Stored items:
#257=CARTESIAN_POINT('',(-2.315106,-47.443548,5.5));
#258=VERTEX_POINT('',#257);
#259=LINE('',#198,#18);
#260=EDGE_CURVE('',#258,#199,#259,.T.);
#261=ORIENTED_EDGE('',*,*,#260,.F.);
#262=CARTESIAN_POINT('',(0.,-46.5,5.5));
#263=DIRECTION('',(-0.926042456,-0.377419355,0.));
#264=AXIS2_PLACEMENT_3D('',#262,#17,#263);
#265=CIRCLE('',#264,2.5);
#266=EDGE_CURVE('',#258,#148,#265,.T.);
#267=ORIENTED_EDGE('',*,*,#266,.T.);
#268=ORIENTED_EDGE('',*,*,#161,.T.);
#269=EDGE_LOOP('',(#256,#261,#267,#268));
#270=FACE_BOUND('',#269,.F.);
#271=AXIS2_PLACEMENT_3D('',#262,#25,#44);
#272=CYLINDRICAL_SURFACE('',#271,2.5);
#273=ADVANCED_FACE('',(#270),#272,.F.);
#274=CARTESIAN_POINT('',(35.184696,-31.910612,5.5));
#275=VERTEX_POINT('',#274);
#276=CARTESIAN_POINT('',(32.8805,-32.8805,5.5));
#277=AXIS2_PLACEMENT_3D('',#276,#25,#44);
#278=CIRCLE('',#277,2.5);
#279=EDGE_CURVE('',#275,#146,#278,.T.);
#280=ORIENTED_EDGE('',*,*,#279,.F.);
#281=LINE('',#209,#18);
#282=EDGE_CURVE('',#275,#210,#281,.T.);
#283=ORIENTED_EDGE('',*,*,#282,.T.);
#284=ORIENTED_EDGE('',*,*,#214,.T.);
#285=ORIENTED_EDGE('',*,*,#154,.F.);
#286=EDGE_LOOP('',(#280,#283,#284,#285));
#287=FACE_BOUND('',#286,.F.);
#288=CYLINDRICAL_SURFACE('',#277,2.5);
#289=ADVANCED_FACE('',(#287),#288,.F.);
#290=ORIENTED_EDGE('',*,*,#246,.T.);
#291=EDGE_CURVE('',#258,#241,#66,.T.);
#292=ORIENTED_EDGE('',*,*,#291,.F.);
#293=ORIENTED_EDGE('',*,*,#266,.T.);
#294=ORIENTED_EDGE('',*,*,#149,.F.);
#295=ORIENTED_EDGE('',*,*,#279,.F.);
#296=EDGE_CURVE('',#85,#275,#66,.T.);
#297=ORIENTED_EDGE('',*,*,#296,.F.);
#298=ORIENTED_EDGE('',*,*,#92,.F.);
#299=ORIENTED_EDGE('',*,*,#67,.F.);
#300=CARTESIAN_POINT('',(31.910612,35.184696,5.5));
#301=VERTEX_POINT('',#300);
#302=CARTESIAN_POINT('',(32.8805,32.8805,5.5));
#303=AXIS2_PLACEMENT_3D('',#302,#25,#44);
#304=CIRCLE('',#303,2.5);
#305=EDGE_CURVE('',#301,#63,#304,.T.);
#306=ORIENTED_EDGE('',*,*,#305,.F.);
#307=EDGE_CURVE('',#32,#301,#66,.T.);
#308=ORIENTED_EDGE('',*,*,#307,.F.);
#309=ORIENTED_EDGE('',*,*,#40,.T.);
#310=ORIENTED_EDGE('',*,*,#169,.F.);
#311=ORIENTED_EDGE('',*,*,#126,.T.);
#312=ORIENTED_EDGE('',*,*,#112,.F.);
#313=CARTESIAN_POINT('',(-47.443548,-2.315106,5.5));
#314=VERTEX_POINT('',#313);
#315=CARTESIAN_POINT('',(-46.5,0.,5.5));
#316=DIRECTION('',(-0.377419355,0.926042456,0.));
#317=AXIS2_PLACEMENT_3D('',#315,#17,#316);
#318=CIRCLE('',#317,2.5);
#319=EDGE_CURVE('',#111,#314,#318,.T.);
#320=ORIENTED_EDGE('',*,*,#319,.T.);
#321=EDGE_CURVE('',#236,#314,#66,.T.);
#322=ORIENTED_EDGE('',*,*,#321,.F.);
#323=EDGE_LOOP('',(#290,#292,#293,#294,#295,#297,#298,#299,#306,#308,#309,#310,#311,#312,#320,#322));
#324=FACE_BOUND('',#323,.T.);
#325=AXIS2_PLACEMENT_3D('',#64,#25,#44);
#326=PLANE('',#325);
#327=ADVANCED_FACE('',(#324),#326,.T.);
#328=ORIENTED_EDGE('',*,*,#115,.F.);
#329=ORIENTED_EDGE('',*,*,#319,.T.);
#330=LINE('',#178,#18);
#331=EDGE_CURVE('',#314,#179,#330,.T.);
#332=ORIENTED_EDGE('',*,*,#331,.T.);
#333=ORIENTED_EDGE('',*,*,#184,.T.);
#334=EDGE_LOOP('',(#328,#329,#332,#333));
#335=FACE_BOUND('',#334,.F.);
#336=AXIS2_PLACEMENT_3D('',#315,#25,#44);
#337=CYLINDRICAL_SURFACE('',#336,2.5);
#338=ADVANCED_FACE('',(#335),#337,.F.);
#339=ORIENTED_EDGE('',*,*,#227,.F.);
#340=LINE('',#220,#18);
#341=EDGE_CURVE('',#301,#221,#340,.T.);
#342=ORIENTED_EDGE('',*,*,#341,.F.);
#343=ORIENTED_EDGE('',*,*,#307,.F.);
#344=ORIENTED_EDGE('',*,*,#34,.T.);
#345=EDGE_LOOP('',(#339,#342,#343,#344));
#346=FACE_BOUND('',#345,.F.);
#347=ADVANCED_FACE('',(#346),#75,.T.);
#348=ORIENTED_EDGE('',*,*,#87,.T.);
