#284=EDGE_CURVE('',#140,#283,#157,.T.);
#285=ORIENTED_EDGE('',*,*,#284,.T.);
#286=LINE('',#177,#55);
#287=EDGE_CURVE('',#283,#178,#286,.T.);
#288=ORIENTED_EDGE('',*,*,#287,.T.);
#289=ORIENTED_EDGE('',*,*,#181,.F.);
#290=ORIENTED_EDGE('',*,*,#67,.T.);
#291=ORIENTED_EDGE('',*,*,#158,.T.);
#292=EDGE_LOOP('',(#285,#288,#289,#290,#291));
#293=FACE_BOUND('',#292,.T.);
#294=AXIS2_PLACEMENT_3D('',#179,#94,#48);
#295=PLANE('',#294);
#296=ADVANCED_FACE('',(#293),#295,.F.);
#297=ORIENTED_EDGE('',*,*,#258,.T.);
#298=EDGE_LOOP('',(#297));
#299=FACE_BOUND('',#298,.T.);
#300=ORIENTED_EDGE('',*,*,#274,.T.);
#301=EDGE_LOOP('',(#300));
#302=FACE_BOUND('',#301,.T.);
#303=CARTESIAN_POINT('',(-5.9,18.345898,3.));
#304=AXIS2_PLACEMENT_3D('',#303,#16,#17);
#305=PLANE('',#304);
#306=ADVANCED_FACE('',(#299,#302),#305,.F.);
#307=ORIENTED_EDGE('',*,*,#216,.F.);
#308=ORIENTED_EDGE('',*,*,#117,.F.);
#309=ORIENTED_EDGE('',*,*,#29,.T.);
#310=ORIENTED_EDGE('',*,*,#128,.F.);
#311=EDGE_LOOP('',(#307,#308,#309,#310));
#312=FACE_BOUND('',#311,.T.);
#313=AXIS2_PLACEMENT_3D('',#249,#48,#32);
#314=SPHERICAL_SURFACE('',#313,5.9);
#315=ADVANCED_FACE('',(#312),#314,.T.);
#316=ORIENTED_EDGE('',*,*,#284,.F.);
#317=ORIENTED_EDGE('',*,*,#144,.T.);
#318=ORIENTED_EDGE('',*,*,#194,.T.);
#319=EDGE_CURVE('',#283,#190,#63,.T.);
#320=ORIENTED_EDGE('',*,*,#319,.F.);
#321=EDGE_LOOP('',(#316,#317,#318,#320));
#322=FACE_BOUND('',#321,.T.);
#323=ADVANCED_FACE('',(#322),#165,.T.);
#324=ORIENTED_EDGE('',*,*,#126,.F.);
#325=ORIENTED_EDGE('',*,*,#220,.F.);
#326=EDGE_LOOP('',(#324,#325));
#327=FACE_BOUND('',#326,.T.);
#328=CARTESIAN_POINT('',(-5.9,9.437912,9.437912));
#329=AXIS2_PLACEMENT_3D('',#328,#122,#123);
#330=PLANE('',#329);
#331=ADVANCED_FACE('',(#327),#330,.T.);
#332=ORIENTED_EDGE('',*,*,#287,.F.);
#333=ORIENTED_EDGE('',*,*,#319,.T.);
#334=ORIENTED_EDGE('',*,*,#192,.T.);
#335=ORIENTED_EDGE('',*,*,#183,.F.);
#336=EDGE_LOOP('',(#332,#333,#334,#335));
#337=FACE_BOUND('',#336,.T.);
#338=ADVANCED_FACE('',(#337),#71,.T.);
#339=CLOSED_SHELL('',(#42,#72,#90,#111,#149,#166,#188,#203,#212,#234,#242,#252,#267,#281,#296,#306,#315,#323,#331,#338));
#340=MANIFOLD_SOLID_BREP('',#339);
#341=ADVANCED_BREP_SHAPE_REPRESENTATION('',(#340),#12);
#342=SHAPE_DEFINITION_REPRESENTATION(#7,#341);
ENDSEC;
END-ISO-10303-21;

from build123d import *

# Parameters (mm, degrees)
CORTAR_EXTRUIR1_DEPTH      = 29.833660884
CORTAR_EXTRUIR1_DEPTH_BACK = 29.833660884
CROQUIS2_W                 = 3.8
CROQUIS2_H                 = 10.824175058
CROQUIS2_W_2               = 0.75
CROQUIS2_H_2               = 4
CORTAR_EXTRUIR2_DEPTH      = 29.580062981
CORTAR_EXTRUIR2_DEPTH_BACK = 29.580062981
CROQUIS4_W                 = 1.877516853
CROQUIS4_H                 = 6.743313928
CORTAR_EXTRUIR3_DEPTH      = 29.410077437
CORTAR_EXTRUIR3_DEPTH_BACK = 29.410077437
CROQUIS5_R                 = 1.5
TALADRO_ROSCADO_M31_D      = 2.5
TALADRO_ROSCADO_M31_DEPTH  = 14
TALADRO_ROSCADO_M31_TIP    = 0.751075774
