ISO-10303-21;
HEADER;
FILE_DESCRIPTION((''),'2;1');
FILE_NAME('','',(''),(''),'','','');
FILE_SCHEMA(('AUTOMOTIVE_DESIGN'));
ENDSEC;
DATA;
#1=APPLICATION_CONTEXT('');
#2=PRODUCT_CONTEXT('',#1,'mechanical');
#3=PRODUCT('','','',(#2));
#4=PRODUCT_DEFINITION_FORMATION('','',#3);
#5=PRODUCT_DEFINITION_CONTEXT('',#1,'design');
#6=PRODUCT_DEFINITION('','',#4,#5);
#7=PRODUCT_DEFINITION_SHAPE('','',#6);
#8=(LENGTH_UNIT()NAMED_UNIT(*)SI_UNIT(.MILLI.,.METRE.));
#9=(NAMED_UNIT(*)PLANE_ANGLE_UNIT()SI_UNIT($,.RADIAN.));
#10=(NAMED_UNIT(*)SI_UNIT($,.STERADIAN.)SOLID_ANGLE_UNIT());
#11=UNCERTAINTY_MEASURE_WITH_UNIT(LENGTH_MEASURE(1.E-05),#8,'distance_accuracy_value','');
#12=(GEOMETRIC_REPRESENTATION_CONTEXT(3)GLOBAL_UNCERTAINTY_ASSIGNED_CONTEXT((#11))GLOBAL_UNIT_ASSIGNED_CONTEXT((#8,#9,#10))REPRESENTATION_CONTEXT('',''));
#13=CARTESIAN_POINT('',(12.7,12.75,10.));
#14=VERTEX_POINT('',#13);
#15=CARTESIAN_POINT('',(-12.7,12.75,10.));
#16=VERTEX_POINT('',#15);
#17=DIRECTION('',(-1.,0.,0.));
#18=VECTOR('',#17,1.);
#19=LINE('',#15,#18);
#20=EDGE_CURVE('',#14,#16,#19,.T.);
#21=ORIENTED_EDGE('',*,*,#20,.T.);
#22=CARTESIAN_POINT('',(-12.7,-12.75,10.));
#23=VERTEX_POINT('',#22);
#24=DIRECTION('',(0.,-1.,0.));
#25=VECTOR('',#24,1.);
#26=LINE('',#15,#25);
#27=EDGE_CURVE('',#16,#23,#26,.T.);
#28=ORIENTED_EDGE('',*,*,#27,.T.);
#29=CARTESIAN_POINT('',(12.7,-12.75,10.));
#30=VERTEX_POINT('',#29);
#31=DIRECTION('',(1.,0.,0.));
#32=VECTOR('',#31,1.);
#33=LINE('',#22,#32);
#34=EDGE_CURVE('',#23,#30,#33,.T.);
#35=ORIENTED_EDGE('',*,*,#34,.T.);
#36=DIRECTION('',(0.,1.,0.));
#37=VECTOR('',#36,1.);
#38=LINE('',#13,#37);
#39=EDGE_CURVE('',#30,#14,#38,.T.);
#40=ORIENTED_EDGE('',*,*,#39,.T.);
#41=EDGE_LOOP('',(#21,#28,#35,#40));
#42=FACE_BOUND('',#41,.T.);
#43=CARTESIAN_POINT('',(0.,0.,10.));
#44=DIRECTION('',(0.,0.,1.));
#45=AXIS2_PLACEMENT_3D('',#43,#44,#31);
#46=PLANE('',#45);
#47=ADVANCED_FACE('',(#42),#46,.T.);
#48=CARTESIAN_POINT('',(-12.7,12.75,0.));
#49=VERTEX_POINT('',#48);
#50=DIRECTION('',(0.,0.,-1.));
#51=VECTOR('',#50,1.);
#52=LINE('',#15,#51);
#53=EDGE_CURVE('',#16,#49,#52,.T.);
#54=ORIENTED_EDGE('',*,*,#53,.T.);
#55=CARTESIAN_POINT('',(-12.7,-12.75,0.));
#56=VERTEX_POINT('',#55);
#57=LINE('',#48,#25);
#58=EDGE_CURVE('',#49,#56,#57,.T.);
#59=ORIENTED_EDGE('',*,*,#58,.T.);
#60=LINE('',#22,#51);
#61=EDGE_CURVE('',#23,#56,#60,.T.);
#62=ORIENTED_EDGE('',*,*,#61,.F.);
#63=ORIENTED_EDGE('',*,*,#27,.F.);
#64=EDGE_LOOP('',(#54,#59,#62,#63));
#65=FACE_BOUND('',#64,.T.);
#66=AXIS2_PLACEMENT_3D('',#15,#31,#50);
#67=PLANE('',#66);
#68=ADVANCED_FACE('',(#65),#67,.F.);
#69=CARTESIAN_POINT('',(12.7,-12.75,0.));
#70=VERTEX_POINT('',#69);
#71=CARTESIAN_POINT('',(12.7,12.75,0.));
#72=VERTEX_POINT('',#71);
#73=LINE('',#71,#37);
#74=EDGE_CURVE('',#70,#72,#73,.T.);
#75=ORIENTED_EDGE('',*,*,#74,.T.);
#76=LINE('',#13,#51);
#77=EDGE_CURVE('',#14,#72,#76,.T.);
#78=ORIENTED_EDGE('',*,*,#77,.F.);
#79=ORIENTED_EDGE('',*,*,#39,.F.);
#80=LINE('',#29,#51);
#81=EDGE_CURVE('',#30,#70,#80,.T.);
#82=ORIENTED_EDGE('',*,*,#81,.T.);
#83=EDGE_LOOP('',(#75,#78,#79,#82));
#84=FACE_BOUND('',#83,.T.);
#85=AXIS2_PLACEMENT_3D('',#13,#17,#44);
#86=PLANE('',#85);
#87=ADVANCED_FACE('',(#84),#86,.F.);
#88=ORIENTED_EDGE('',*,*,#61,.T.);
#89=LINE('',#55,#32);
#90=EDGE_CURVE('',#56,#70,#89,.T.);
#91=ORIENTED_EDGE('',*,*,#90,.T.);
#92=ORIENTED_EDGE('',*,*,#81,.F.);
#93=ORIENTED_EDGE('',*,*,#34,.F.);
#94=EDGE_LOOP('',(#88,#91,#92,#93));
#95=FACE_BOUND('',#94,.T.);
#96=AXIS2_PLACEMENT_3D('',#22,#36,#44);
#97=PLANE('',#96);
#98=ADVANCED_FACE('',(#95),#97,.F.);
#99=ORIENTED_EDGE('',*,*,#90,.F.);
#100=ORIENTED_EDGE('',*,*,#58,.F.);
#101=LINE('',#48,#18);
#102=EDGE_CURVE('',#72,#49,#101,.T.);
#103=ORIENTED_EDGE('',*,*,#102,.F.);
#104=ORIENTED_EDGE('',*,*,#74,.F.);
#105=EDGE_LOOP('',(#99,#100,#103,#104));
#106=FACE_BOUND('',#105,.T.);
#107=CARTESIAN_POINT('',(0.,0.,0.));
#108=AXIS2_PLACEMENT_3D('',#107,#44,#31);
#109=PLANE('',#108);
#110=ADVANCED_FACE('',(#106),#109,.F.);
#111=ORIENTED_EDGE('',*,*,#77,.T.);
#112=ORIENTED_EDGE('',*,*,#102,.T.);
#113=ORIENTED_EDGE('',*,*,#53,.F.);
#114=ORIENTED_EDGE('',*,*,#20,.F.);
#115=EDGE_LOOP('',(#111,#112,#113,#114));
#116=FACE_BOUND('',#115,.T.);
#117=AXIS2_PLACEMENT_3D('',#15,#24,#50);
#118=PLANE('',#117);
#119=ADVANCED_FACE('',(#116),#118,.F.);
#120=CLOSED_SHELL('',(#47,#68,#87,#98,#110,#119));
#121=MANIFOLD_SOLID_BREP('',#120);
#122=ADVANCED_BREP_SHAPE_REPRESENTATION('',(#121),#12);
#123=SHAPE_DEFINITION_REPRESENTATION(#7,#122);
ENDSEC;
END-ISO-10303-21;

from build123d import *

# Parameters (mm, degrees)
ESQUISSE1_W        = 25.4
ESQUISSE1_H        = 25.5
BOSS_EXTRU_1_DEPTH = 10


with BuildPart() as part:
    # Esquisse1 → Boss.-Extru.1 (new body)
    with BuildSketch(Plane.XY):
        Rectangle(ESQUISSE1_W, ESQUISSE1_H)
    extrude(amount=BOSS_EXTRU_1_DEPTH)


solid = part.part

ACTION ITEM>
Look back at the data above. Transcribe exactly the lines starting at the line that contains "#287=FACE_BOUND('',#286,.F.);" and ending at the line that contains "#317=AXIS2_PLACEMENT_3D('',#315,#17,#316);".

ANSWER FOR THIS EXERCISE>
#287=FACE_BOUND('',#286,.F.);
#288=CYLINDRICAL_SURFACE('',#277,2.5);
#289=ADVANCED_FACE('',(#287),#288,.F.);
#290=ORIENTED_EDGE('',*,*,#246,.T.);
#291=EDGE_CURVE('',#258,#241,#66,.T.);
#292=ORIENTED_EDGE('',*,*,#291,.F.);
#293=ORIENTED_EDGE('',*,*,#266,.T.);
#294=ORIENTED_EDGE('',*,*,#149,.F.);
#295=ORIENTED_EDGE('',*,*,#279,.F.);
#296=EDGE_CURVE('',#85,#275,#66,.T.);
#297=ORIENTED_EDGE('',*,*,#296,.F.);
#298=ORIENTED_EDGE('',*,*,#92,.F.);
#299=ORIENTED_EDGE('',*,*,#67,.F.);
#300=CARTESIAN_POINT('',(31.910612,35.184696,5.5));
#301=VERTEX_POINT('',#300);
#302=CARTESIAN_POINT('',(32.8805,32.8805,5.5));
#303=AXIS2_PLACEMENT_3D('',#302,#25,#44);
#304=CIRCLE('',#303,2.5);
#305=EDGE_CURVE('',#301,#63,#304,.T.);
#306=ORIENTED_EDGE('',*,*,#305,.F.);
#307=EDGE_CURVE('',#32,#301,#66,.T.);
#308=ORIENTED_EDGE('',*,*,#307,.F.);
#309=ORIENTED_EDGE('',*,*,#40,.T.);
#310=ORIENTED_EDGE('',*,*,#169,.F.);
#311=ORIENTED_EDGE('',*,*,#126,.T.);
#312=ORIENTED_EDGE('',*,*,#112,.F.);
#313=CARTESIAN_POINT('',(-47.443548,-2.315106,5.5));
#314=VERTEX_POINT('',#313);
#315=CARTESIAN_POINT('',(-46.5,0.,5.5));
#316=DIRECTION('',(-0.377419355,0.926042456,0.));
#317=AXIS2_PLACEMENT_3D('',#315,#17,#316);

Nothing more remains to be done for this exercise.